[REQUIRED ACTION] Where in the data does the word "ThreePointArc" appear? Find those lines and copy them.

[SUPPLIED ENTRIES]
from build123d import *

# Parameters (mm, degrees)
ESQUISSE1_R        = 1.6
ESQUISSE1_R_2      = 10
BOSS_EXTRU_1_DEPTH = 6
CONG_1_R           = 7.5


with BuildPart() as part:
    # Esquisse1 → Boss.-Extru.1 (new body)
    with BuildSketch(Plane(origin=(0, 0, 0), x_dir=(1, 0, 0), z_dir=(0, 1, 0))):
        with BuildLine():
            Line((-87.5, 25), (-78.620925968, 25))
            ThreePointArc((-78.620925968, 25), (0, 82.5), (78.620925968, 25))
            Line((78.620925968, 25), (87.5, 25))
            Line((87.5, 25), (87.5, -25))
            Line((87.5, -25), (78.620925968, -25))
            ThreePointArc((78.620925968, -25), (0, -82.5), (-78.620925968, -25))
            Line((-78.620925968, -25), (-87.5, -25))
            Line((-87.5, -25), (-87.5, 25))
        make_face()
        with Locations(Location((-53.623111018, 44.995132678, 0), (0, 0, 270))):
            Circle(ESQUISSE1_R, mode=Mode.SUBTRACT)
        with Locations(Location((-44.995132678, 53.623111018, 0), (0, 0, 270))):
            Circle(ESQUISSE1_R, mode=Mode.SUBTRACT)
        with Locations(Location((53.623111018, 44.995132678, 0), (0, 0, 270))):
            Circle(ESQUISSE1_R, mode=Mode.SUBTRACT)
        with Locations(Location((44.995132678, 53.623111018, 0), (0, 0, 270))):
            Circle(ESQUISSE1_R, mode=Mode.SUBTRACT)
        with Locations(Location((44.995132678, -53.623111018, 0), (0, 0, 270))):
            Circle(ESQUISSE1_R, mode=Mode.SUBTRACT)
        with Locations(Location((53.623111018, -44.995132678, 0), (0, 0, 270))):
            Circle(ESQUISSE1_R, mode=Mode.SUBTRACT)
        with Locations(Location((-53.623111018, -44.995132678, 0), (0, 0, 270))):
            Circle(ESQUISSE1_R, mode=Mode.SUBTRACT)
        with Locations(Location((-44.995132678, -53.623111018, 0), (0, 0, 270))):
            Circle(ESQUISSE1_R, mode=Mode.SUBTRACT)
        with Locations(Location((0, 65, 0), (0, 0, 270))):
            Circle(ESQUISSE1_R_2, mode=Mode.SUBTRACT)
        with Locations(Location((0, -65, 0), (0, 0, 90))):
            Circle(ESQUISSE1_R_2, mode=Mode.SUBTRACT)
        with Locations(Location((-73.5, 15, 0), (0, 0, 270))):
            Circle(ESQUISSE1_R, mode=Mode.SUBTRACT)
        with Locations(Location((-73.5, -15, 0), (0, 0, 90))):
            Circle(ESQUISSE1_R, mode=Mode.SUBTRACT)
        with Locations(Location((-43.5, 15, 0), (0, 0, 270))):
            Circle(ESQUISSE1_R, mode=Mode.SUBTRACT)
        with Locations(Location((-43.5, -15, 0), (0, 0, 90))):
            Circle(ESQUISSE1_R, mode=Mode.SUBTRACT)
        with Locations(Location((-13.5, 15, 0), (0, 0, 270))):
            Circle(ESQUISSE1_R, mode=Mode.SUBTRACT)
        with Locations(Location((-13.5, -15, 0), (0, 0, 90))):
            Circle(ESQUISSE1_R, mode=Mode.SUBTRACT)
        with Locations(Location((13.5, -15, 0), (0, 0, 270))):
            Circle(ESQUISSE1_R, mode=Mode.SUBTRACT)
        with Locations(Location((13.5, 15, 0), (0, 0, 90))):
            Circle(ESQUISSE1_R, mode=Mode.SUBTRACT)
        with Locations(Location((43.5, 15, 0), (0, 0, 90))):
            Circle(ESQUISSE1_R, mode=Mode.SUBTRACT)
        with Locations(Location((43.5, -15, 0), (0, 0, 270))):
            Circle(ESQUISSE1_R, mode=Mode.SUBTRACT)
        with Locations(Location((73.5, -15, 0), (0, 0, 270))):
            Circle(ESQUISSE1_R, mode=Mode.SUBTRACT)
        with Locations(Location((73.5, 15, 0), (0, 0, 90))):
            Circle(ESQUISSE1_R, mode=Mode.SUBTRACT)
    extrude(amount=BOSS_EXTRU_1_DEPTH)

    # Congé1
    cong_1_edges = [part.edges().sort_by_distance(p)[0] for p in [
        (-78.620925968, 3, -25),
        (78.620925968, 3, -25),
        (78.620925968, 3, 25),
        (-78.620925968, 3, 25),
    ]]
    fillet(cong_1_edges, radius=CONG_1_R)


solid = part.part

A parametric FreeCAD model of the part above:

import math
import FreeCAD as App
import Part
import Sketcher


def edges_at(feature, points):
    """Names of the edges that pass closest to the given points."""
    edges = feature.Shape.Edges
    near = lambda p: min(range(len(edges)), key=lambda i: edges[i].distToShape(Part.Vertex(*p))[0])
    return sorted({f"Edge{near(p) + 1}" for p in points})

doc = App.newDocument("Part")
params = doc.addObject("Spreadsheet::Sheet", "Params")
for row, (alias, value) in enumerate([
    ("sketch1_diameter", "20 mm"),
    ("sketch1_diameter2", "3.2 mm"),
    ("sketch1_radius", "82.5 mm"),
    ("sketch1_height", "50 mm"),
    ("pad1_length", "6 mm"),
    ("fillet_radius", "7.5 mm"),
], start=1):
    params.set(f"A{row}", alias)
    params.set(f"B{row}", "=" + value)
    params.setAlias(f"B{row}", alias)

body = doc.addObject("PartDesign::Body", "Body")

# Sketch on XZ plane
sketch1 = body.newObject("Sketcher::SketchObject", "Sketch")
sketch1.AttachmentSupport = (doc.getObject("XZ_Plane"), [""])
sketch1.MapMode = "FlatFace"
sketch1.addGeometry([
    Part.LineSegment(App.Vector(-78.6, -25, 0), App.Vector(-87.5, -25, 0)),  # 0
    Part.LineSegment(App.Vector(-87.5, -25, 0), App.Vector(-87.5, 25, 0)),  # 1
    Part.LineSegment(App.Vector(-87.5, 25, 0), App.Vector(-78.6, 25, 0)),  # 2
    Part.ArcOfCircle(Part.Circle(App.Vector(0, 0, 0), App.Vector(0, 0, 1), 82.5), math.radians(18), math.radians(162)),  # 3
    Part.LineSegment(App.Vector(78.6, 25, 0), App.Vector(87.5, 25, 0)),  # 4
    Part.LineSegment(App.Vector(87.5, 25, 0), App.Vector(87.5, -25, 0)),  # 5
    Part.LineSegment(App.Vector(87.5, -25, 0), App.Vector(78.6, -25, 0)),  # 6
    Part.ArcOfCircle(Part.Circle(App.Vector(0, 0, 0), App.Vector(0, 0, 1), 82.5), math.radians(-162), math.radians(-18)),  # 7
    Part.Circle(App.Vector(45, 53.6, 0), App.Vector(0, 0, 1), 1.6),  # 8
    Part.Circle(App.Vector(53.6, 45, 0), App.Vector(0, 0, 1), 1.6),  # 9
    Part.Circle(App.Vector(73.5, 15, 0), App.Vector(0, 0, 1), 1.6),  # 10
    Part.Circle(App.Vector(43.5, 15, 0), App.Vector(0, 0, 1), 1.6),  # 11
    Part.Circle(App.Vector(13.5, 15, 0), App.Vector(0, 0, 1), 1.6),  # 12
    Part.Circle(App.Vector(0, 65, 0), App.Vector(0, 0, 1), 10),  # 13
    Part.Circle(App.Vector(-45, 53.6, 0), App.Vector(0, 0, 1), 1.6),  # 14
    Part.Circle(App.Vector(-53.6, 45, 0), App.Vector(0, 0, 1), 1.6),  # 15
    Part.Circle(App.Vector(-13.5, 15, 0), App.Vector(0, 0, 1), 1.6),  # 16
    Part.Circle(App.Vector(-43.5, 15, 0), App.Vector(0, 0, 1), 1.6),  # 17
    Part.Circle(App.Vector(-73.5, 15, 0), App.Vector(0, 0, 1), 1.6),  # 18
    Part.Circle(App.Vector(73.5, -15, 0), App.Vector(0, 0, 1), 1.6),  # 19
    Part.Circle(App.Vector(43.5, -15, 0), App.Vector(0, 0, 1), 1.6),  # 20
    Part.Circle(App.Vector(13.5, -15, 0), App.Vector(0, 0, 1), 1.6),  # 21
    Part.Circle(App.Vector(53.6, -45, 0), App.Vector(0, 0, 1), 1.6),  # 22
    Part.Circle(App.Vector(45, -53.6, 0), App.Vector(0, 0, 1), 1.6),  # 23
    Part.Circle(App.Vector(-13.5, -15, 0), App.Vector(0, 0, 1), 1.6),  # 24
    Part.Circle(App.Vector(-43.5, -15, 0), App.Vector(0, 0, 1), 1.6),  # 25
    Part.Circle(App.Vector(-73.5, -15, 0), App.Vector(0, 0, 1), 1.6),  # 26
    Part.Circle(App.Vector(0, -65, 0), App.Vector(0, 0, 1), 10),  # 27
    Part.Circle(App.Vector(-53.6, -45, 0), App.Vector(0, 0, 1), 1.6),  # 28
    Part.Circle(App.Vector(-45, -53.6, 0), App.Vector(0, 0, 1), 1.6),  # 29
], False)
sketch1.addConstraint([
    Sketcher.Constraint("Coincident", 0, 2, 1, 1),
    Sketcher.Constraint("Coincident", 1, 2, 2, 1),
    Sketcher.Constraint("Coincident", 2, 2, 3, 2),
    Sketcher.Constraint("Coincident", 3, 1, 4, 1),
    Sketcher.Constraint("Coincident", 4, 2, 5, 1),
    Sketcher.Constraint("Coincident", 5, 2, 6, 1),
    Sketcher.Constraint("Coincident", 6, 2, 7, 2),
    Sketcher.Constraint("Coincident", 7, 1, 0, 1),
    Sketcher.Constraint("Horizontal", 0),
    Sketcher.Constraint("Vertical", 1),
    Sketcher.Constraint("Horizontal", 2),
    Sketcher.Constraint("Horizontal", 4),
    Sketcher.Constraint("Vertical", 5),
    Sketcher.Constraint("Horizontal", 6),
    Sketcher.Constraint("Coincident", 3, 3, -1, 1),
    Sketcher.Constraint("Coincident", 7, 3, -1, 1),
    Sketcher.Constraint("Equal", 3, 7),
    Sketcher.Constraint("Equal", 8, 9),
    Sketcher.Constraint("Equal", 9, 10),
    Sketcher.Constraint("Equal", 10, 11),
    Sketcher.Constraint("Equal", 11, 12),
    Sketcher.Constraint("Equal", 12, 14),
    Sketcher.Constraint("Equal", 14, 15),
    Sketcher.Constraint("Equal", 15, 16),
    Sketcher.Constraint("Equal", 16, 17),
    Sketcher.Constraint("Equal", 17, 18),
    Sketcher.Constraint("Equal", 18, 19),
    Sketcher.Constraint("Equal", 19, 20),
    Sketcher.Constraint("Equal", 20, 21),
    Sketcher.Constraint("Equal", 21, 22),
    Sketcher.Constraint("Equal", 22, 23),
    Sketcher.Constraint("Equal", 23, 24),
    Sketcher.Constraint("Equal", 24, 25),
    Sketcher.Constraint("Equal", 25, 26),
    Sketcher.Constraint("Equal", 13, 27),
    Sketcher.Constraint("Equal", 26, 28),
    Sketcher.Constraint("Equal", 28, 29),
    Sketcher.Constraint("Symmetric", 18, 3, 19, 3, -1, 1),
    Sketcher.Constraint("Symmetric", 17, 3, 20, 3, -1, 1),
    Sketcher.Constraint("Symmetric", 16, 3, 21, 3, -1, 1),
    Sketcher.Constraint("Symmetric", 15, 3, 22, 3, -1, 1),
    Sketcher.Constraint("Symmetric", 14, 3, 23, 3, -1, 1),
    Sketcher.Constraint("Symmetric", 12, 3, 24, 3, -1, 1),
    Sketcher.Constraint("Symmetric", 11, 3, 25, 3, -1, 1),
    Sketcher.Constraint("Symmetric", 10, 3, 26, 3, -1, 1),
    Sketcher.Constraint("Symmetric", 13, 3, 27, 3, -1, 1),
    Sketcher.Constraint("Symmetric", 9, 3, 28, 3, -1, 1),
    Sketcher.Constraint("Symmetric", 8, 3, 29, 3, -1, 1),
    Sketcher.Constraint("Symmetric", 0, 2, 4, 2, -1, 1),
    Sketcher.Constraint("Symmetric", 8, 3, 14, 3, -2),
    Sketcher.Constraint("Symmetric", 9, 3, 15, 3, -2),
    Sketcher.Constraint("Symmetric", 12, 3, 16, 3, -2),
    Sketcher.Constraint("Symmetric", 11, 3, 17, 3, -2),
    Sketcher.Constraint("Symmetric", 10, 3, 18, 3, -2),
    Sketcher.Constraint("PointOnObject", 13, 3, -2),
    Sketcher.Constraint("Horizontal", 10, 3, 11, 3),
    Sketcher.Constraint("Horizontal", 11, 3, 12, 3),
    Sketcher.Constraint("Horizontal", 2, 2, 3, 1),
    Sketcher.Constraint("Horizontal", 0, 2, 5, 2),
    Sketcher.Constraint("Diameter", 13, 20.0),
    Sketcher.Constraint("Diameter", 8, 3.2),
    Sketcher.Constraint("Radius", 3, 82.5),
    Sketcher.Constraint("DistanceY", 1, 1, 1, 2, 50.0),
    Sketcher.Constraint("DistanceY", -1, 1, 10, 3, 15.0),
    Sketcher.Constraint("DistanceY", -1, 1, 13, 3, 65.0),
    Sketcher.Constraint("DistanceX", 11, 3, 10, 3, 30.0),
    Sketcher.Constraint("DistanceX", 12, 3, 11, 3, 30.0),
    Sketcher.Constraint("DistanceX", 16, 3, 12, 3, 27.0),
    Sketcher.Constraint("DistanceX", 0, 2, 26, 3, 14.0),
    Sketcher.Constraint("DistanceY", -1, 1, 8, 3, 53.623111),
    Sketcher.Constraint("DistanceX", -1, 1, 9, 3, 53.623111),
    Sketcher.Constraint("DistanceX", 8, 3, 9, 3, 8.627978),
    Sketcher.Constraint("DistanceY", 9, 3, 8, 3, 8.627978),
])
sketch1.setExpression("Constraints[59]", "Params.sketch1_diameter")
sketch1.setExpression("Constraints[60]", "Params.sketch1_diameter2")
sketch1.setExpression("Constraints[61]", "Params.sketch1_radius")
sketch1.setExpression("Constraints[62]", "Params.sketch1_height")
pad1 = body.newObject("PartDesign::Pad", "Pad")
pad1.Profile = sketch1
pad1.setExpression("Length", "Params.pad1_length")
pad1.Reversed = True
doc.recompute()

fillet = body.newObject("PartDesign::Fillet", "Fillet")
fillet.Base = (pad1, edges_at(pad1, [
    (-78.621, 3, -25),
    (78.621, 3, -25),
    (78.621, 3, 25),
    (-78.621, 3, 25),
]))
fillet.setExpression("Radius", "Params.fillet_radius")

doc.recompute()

[YOUR SOLUTION]
            ThreePointArc((-78.620925968, 25), (0, 82.5), (78.620925968, 25))
            ThreePointArc((78.620925968, -25), (0, -82.5), (-78.620925968, -25))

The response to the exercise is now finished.